** Opening Provided records block **
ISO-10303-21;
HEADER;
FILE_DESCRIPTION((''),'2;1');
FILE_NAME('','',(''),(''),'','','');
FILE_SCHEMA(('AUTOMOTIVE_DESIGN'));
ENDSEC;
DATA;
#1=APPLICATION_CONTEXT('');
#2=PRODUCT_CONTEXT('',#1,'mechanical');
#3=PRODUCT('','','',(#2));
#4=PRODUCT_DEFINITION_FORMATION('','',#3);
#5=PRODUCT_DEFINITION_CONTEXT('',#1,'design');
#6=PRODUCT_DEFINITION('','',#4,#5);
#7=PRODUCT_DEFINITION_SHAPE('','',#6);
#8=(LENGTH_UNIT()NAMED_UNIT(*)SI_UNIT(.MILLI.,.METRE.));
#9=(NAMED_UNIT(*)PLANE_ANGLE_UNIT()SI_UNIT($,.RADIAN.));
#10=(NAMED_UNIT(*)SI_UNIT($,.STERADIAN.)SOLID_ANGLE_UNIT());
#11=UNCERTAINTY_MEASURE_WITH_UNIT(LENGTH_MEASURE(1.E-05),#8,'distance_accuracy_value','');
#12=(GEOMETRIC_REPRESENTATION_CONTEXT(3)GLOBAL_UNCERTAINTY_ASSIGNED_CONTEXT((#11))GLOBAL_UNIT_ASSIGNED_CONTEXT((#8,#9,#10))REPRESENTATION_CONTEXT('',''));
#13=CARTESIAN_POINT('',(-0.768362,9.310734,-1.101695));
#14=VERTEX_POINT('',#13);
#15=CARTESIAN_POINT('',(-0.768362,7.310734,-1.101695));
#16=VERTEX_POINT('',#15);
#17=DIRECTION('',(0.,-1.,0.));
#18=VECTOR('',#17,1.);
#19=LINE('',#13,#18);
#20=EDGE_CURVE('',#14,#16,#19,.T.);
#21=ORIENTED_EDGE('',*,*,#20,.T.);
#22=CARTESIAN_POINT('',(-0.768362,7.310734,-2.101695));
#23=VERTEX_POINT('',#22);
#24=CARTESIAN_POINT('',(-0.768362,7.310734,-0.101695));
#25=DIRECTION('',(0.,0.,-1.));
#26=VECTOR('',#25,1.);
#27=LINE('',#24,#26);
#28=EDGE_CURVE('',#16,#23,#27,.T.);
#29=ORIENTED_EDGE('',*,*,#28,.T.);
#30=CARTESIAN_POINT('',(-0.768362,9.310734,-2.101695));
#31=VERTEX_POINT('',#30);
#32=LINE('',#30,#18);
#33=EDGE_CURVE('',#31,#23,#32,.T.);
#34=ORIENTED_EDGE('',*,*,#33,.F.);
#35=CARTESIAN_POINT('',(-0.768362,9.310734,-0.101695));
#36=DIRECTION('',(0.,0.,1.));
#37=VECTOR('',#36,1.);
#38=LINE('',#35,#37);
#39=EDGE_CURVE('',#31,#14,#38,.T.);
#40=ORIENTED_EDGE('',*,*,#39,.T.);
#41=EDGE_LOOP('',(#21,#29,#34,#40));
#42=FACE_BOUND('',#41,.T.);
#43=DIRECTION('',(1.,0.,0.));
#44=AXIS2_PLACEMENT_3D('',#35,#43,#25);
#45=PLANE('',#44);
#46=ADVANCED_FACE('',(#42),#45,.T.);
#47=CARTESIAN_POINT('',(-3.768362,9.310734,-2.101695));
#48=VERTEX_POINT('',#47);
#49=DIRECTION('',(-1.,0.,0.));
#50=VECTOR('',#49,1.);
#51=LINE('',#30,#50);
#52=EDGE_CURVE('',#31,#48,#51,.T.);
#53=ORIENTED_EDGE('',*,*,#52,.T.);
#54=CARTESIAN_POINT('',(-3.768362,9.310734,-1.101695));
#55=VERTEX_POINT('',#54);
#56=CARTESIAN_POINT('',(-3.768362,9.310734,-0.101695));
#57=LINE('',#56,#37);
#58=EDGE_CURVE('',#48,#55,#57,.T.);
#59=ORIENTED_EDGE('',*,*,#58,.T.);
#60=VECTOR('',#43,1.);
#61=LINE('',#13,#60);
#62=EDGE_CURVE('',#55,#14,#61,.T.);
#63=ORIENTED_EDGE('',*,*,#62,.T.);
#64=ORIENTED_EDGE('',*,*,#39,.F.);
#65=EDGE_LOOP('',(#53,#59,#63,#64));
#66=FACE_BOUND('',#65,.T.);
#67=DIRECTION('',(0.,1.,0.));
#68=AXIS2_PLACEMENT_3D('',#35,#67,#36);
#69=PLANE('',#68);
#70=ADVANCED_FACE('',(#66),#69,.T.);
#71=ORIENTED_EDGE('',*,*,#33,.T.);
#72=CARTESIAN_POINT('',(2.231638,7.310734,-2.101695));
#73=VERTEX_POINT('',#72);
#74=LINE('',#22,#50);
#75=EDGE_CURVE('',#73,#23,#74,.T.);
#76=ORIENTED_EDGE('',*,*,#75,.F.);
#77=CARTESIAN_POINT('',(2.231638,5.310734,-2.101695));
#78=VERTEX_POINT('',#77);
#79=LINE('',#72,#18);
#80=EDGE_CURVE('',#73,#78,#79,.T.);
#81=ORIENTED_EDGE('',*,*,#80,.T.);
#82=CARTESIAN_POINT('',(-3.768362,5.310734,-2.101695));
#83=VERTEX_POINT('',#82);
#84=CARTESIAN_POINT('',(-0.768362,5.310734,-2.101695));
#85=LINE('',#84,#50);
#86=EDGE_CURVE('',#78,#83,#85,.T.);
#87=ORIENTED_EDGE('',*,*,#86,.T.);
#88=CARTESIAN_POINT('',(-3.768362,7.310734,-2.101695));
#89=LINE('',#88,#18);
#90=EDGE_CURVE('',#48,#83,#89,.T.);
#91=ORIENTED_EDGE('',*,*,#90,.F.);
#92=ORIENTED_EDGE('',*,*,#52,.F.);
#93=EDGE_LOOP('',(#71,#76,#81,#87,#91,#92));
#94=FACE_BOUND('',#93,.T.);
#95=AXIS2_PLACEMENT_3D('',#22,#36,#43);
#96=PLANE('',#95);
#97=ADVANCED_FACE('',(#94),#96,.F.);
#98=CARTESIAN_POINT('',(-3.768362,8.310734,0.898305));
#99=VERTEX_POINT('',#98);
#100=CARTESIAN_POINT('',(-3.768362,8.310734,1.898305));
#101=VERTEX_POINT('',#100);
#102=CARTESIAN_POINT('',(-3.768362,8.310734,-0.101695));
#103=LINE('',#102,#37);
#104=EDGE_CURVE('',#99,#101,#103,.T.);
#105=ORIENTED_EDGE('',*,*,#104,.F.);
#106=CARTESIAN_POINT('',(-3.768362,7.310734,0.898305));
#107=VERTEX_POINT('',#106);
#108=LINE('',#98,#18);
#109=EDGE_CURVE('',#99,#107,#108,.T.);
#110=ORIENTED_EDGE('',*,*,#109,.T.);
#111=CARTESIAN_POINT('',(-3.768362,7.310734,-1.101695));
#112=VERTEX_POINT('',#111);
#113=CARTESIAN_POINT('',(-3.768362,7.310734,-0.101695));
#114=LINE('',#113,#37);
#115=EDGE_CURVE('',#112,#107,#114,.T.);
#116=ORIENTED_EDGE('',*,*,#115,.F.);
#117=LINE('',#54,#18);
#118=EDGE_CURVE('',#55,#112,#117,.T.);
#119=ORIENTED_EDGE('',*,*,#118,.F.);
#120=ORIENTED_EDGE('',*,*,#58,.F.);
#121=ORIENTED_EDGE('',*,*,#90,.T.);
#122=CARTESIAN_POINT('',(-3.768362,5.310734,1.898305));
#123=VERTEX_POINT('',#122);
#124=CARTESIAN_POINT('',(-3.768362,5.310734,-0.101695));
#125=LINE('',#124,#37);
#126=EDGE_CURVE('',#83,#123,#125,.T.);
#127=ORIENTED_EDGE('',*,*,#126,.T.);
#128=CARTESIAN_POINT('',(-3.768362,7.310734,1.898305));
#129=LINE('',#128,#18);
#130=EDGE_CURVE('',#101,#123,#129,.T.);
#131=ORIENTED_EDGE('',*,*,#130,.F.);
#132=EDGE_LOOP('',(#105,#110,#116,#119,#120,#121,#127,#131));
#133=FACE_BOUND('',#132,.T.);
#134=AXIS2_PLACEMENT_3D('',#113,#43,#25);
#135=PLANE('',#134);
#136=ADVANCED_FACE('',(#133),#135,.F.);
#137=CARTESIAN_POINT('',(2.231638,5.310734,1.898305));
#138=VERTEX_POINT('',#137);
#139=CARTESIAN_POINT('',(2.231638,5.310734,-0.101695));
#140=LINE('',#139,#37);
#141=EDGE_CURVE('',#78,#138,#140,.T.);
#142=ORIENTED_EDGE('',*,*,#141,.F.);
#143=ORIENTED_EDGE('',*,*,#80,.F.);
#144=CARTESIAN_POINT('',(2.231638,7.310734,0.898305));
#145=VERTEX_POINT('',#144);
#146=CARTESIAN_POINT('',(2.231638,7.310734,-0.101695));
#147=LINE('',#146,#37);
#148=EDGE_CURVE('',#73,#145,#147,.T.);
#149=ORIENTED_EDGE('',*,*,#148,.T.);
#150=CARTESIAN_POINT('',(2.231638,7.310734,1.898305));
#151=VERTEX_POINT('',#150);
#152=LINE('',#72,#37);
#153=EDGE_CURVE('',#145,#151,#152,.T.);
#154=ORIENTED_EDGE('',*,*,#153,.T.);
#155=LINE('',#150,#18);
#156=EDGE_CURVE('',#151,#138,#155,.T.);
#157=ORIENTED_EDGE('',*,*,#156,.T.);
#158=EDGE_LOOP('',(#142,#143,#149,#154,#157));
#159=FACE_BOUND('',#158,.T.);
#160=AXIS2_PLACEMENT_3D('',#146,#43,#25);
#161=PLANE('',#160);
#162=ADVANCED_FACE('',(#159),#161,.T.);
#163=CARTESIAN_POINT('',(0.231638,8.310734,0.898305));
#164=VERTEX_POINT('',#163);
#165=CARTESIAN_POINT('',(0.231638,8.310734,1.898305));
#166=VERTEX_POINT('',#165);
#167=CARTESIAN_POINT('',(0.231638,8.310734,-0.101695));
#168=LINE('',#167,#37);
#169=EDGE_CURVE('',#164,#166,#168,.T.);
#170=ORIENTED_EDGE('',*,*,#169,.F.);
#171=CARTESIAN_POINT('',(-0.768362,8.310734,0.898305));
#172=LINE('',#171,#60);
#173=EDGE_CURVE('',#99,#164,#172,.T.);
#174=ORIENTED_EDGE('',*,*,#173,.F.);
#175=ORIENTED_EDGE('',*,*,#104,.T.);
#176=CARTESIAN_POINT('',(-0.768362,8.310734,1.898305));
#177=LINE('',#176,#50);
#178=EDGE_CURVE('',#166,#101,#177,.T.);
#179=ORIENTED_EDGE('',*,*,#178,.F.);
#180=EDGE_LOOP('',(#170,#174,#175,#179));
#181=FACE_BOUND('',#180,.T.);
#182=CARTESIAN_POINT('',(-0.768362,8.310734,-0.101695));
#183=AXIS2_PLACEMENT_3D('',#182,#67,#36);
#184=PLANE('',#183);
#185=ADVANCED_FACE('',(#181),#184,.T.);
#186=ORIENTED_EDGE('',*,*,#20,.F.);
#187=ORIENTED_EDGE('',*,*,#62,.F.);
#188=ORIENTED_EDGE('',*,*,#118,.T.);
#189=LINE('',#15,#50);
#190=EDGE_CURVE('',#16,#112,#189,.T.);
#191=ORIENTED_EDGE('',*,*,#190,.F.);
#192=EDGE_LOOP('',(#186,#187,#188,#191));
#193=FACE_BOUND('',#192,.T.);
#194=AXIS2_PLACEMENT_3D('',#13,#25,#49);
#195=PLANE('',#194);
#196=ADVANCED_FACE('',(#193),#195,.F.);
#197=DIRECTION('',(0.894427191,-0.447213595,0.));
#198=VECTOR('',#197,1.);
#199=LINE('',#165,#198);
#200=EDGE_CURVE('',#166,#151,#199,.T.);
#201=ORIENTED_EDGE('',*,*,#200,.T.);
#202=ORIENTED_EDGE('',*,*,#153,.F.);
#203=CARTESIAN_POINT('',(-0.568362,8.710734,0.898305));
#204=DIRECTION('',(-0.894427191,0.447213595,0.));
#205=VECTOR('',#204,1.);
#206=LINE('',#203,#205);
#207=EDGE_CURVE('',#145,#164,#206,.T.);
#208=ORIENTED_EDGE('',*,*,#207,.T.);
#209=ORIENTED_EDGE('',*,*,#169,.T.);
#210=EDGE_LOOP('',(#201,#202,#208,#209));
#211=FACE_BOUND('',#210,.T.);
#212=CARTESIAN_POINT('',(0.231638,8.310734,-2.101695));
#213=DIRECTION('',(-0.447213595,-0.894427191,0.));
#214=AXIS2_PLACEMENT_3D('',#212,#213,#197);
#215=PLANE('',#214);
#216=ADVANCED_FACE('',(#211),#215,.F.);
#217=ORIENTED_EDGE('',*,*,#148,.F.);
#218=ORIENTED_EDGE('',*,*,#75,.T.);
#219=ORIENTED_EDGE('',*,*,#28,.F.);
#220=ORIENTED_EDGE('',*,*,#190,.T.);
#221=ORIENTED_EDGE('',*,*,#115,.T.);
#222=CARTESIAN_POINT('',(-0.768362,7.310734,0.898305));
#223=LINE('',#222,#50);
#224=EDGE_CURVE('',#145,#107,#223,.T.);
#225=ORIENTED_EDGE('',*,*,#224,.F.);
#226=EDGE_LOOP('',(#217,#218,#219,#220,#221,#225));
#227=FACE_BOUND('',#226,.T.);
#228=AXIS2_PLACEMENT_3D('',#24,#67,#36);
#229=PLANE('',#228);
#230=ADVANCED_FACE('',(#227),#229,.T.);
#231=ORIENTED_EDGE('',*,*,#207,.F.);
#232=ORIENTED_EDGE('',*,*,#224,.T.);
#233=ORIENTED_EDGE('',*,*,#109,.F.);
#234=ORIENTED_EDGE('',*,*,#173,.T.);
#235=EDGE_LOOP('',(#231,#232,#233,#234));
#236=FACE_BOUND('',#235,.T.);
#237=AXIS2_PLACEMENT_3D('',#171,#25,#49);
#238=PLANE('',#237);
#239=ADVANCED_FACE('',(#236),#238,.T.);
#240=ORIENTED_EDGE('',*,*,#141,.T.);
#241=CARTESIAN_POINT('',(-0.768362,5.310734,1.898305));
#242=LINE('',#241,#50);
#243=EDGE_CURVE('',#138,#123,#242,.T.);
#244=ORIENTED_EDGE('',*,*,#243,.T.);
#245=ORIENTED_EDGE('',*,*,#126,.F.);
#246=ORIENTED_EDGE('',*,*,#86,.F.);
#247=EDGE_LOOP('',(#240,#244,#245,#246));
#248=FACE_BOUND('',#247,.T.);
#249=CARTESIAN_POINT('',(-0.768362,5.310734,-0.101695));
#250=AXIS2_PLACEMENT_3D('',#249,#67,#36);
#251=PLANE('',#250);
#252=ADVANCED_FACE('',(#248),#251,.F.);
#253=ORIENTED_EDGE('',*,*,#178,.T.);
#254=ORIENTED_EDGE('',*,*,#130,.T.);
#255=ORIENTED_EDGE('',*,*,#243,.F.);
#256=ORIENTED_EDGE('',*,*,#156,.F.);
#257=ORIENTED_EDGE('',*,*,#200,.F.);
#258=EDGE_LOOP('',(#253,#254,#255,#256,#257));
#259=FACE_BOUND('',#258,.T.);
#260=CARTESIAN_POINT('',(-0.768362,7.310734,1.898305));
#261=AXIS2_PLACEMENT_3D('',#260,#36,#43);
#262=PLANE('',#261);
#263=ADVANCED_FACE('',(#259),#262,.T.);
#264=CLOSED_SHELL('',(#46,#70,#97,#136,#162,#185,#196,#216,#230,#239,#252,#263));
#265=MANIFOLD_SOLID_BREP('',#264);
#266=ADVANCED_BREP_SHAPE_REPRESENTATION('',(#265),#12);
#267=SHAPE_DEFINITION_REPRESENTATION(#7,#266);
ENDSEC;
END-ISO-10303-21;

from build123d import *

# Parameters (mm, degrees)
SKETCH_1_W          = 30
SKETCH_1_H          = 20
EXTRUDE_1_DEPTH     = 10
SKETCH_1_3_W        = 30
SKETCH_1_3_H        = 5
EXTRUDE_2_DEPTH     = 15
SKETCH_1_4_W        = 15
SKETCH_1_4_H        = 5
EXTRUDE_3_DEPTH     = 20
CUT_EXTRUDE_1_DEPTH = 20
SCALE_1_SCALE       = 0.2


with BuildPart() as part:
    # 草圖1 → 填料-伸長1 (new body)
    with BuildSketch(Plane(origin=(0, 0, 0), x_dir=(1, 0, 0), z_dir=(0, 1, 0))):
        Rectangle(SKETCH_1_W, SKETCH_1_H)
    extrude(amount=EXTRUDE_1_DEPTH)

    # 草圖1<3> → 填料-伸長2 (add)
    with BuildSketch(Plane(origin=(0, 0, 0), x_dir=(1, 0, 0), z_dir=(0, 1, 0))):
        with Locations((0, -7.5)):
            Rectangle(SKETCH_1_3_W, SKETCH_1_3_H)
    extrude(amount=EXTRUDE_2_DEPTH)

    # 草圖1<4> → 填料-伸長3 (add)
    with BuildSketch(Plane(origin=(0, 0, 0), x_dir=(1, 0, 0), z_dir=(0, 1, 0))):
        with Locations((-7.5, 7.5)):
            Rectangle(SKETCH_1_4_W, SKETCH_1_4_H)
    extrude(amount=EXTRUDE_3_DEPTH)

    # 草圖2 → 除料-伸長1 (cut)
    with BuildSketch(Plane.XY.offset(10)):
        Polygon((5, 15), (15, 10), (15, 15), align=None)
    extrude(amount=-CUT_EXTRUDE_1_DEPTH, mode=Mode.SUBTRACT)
** Closing Provided records block **
-- Task goal --
Your reply should hold only the lines from the first line of the records through the one with "#50=VECTOR('',#49,1.);", reproduced word for word.

-- Task response --
ISO-10303-21;
HEADER;
FILE_DESCRIPTION((''),'2;1');
FILE_NAME('','',(''),(''),'','','');
FILE_SCHEMA(('AUTOMOTIVE_DESIGN'));
ENDSEC;
DATA;
#1=APPLICATION_CONTEXT('');
#2=PRODUCT_CONTEXT('',#1,'mechanical');
#3=PRODUCT('','','',(#2));
#4=PRODUCT_DEFINITION_FORMATION('','',#3);
#5=PRODUCT_DEFINITION_CONTEXT('',#1,'design');
#6=PRODUCT_DEFINITION('','',#4,#5);
#7=PRODUCT_DEFINITION_SHAPE('','',#6);
#8=(LENGTH_UNIT()NAMED_UNIT(*)SI_UNIT(.MILLI.,.METRE.));
#9=(NAMED_UNIT(*)PLANE_ANGLE_UNIT()SI_UNIT($,.RADIAN.));
#10=(NAMED_UNIT(*)SI_UNIT($,.STERADIAN.)SOLID_ANGLE_UNIT());
#11=UNCERTAINTY_MEASURE_WITH_UNIT(LENGTH_MEASURE(1.E-05),#8,'distance_accuracy_value','');
#12=(GEOMETRIC_REPRESENTATION_CONTEXT(3)GLOBAL_UNCERTAINTY_ASSIGNED_CONTEXT((#11))GLOBAL_UNIT_ASSIGNED_CONTEXT((#8,#9,#10))REPRESENTATION_CONTEXT('',''));
#13=CARTESIAN_POINT('',(-0.768362,9.310734,-1.101695));
#14=VERTEX_POINT('',#13);
#15=CARTESIAN_POINT('',(-0.768362,7.310734,-1.101695));
#16=VERTEX_POINT('',#15);
#17=DIRECTION('',(0.,-1.,0.));
#18=VECTOR('',#17,1.);
#19=LINE('',#13,#18);
#20=EDGE_CURVE('',#14,#16,#19,.T.);
#21=ORIENTED_EDGE('',*,*,#20,.T.);
#22=CARTESIAN_POINT('',(-0.768362,7.310734,-2.101695));
#23=VERTEX_POINT('',#22);
#24=CARTESIAN_POINT('',(-0.768362,7.310734,-0.101695));
#25=DIRECTION('',(0.,0.,-1.));
#26=VECTOR('',#25,1.);
#27=LINE('',#24,#26);
#28=EDGE_CURVE('',#16,#23,#27,.T.);
#29=ORIENTED_EDGE('',*,*,#28,.T.);
#30=CARTESIAN_POINT('',(-0.768362,9.310734,-2.101695));
#31=VERTEX_POINT('',#30);
#32=LINE('',#30,#18);
#33=EDGE_CURVE('',#31,#23,#32,.T.);
#34=ORIENTED_EDGE('',*,*,#33,.F.);
#35=CARTESIAN_POINT('',(-0.768362,9.310734,-0.101695));
#36=DIRECTION('',(0.,0.,1.));
#37=VECTOR('',#36,1.);
#38=LINE('',#35,#37);
#39=EDGE_CURVE('',#31,#14,#38,.T.);
#40=ORIENTED_EDGE('',*,*,#39,.T.);
#41=EDGE_LOOP('',(#21,#29,#34,#40));
#42=FACE_BOUND('',#41,.T.);
#43=DIRECTION('',(1.,0.,0.));
#44=AXIS2_PLACEMENT_3D('',#35,#43,#25);
#45=PLANE('',#44);
#46=ADVANCED_FACE('',(#42),#45,.T.);
#47=CARTESIAN_POINT('',(-3.768362,9.310734,-2.101695));
#48=VERTEX_POINT('',#47);
#49=DIRECTION('',(-1.,0.,0.));
#50=VECTOR('',#49,1.);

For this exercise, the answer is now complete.